What’s so bad about old code? It’s fulfilling some important purpose, no doubt. At least, some of it probably is.

If you look at code you wrote a year ago and can’t see anything to change, you haven’t learnt a thing in the last year

We’re always learning more: a better understanding of the domain, a better understanding of how our solution models the domain, new architectural styles, new tools, new approaches, new standards and new ideas. It is inevitable the code you wrote a year ago could be improved somehow. But how much of it have you gone back and improved recently?

The trouble with old code is that it gets increasingly hard to change. What would happen if a change in business requirements led you all the way down to the Roman-era sewers that are the EJBs? Would you implement the change the way it would have been done a decade ago? Or would you spend time trying to extract the parts that need to change? Perhaps building another shiny, new containerized micro-service along the way? That change isn’t going to be cheap though.
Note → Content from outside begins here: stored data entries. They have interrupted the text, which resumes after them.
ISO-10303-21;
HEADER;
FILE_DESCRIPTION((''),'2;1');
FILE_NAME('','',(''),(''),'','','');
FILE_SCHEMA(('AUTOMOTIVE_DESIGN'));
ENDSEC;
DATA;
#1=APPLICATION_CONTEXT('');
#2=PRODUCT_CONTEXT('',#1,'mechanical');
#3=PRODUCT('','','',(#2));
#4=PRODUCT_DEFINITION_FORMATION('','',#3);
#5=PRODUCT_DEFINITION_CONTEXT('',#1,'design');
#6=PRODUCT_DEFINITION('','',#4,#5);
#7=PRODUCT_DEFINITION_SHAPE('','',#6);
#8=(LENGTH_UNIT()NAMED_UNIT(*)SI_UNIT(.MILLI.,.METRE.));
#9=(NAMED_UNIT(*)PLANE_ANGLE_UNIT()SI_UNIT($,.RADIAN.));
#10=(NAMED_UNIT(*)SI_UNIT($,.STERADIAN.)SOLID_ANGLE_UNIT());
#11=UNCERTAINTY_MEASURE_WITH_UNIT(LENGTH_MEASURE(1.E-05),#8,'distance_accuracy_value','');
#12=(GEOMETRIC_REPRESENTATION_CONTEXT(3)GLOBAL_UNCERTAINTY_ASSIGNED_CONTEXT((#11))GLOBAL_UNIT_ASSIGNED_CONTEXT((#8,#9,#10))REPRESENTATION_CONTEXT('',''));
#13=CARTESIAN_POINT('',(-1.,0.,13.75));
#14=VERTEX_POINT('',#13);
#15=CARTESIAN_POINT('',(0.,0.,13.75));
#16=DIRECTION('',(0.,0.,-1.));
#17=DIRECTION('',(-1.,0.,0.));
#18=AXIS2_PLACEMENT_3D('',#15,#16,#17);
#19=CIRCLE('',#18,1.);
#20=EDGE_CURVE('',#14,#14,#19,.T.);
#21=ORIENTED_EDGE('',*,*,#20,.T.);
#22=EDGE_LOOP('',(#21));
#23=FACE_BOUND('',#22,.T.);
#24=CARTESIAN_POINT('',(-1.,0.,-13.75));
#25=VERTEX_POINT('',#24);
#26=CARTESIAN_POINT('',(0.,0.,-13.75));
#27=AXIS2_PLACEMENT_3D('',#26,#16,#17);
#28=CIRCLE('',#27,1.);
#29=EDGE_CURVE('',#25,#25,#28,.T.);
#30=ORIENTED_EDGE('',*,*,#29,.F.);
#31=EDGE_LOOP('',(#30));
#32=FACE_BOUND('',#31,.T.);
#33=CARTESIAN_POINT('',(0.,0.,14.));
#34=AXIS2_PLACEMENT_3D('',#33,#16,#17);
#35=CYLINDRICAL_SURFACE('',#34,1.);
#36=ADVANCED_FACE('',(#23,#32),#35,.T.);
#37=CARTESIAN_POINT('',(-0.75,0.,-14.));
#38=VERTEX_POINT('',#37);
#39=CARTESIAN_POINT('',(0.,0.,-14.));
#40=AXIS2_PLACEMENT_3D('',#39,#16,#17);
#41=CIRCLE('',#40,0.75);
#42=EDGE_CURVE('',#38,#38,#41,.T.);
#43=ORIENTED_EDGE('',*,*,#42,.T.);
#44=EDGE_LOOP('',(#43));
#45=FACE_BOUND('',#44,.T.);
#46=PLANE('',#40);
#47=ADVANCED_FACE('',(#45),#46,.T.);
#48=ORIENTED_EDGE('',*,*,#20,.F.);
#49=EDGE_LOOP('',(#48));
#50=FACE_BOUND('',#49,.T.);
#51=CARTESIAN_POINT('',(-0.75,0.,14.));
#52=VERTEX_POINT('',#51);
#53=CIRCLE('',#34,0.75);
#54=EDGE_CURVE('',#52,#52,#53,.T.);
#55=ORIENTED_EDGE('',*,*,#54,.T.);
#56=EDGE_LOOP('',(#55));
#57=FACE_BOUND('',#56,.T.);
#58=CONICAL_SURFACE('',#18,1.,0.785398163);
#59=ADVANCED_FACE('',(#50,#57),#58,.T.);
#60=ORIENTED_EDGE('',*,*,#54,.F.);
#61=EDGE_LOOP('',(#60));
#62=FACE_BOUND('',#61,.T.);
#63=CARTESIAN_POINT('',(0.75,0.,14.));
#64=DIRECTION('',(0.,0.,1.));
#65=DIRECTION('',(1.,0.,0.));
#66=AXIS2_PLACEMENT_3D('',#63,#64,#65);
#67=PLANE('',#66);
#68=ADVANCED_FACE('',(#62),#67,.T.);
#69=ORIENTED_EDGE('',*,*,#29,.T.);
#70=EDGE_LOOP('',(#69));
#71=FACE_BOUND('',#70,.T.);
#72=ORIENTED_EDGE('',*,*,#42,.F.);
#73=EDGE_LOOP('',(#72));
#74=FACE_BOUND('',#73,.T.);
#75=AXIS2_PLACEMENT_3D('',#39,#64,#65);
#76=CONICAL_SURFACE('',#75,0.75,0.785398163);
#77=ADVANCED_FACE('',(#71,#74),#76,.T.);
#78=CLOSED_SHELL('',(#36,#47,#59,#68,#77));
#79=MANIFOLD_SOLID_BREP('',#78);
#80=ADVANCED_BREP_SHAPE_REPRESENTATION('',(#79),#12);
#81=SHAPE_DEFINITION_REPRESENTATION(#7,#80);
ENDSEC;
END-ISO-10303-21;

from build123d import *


with BuildPart() as part:
    # Esquisse1 → Révolution1 (revolve)
    with BuildSketch(Plane.XZ, mode=Mode.PRIVATE) as r_volution1_sk:
        Polygon((0.75, 14), (0, 14), (0, -14), (0.75, -14), (1, -13.75), (1, 13.75), align=None)
    revolve(r_volution1_sk.sketch.rotate(Axis((0, 0, 14), (0, 0, -1)), 180), axis=Axis((0, 0, 14), (0, 0, -1)))


solid = part.part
And this is the problem: paying back this “technical debt” is the right thing to do, but it will be slower to change this ancient code than the stuff you wrote last week or last month. The more ancient code you have the slower it will be to make changes, the slower you can develop new features. The worst part of maintaining a long running code base isn’t just paying back the debt from the things we know we did wrong; it’s the debt from things that were done right (at the time), but only now seem wrong.

How old is our code?

I’ve been looking through a variety of source code: some commercial, some open source. Across a variety of languages (Java, C#, Ruby). Generally it seems that most code bases follow a pretty similar pattern:

About 70% of the lines of code you wrote today will still be in head, unchanged, in 12 months time

Perhaps unsurprisingly, code changes most often in the first couple of months after being written. After that, it seems to enter a maintenance mode, where code changes relatively rarely.

image

I found this pretty surprising: after a year around 75% of the code I’ve written is still there. Imagine how much better I understand the problem today. Imagine the since-forgotten design ideas, the changed architectural vision, the new tools and libraries it could be refactored to use today. Imagine how much better every single one of those lines could be. And yet, even in a code base where we’re constantly working to pay back technical debt, we’re barely making a dent in how old the code is.

The how

How did I do this analysis? Thanks to the magic power of git, it is surprisingly easy. I can use git to do a recursive git blame on the entire repo. This lists, for each line currently in head, the commit that introduced it, who made it and when. With a bit of shell-fu we can extract a count by day or month:

git ls-tree -r -rz --name-only HEAD -- | xargs -0 -n1 git blame -f HEAD | sed -e 's/^.* \([0-9]\{4\}-[0-9]\{2\}\)-[0-9]\{2\} .*$/\1/g' | sort | uniq -c

This outputs a nice table of lines of code last touched by month, as of today. But, I can just as easily go back in history, e.g. to go back to the start of 2015:

git checkout `git rev-list -n 1 --before="2015-01-01 00:00:00" master`

I can then re-run the recursive git blame. By comparing the count of lines last checked in each month I can see how much of the code written before 2015 still exists today. With more detailed analysis I can see how the number of lines last touched in a given month changes over time to see how quickly (or not!) code decays.

Conclusion

Code is written to serve some purpose, to deliver some business value. But it quickly becomes a liability. As this code ages and rots it becomes harder and harder to change. From the analysis above it is clear to understand why a code base that has been around for a decade is mostly all archaic: with so little of the old code being changed each year it just continues to hang around, all the while we’re piling up new legacy on top – most of which will still be here next year.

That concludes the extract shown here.